В воскресенье, проснувшись, он долго лежал в кровати и, когда я сказал, что мы с Витькой хотим поехать на Птичий рынок, махнул рукой:
— Валяйте! А я полежу, набегался за неделю.
Дядя Миша, из солидарности, тоже остался дома. Впрочем, может быть, братьям просто хотелось поговорить, обсудить свою жизнь, и они обрадовались возможности побыть наедине.
Рынок находился недалеко от Витькиного дома — всего несколько автобусных остановок.
Ступив за его ворота, я был оглушен, ослеплен богатством увиденного. Поистине никогда ничего подобного мне и во сне не снилось!
Мы ходили вдоль длинных рядов, Витька чувствовал себя хозяином, довольно потирал руки:
— Ну как? Стоило сюда приехать?
— Что ты, Витька! — восхищенно выдохнул я. — Ты мне должен был с самого начала показать это место!

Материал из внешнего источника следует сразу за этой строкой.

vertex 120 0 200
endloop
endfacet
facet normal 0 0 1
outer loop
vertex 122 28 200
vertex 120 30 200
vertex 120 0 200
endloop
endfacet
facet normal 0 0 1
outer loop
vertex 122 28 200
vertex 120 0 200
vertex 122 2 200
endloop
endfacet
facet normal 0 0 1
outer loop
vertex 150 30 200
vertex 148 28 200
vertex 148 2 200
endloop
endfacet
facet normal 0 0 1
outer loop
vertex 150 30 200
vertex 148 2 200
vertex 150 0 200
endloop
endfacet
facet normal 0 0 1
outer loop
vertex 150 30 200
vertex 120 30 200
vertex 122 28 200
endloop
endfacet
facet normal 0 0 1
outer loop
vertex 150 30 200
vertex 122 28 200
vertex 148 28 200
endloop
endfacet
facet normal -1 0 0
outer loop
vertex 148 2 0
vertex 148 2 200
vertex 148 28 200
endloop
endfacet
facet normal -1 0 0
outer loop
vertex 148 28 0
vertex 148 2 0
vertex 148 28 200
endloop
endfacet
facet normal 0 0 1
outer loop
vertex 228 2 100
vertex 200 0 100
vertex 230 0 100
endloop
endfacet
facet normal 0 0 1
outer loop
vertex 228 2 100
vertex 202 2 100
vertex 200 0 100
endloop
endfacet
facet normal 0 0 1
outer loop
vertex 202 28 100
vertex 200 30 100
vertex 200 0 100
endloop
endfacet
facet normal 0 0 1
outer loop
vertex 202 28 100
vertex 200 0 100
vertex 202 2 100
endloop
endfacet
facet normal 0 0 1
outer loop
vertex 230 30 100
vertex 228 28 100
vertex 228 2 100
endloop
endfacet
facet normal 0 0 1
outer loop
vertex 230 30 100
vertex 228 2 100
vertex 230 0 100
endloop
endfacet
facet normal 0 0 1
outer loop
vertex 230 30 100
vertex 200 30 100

Мы долго ходили с Витькой по рынку. И я поделился с ним своим открытием: владельцы часто похожи на своих животных, как похожи на них те, кто, в свою очередь, приобретает их. Вот молодая рыжая женщина, в затертой нейлоновой куртке, продает рыжего боксера, у женщины некрасивое лицо, такая же, как у собаки, развитая челюсть. Вот мальчик с отцом остановились напротив клетки с белой свинкой, разглядывают, гладят ее, и наконец мальчик тянет отца за рукав, требовательно кричит: «Па, купи, купи ее!» Отец с готовностью отдает продавцу деньги, видно, на рынок они пришли для того, чтобы купить мальчику подарок, сын берет свинку на руки, она тычется белой мордочкой в такое же белое, свинячье лицо мальчика, и новый владелец так счастлив, что целует ее в нос. А вот сидит на пустом ящике пожилая женщина, перед ней в плетеной корзине огромная племенная крольчиха. Каждый, кто проходит мимо, останавливается, с удивлением говорит: «Такую на ВДНХ надо!» Женщина улыбается, кивает, но никто не хочет заметить, что сама она страсть как похожа на эту крольчиху — такая же большая, дебелая, а ушки из-под старой шляпки торчат остренькие, розовые.
— А ты, Витька, — сказал я, — похож одновременно и на боксера, и на колли, и на болонку. Нос у тебя тонкий, как у колли, пасть, как у боксера, а волосы курчавые, как у болонки.
Витька, по праву старшего брата, дал мне подзатыльник.
— Молчал бы уж, сам-то на кого похож! На цихлиду! — И заржал.
— На какую такую цихлиду? — обиделся я.
— А вот покажу.
Как ни интересны мне были собаки, щеглы, попугаи, свинки, больше всего тянуло меня к аквариумным рядам.
Никогда в жизни не видел я такого разнообразия аквариумных рыбок и даже не подозревал, что существуют на свете барбусы, данио, моллинезии, тетрагонаптерусы, пецилобриконы, миноры, серпасы, тернеции, фундулусы, кардиналы, лялиусы, петушки, фонарики — от одних только названии кружилась голова!
— И на что тебе рыбки, — говорил Витька, — одна декорация! Вот собаки — другое дело!
Мы подошли к большому аквариуму. Витька заорал:
— Вот, вот ты! Цихлида!
За стеклом плавал головастый ублюдок, он выпучивал глаза и то и дело открывал большой круглый рот.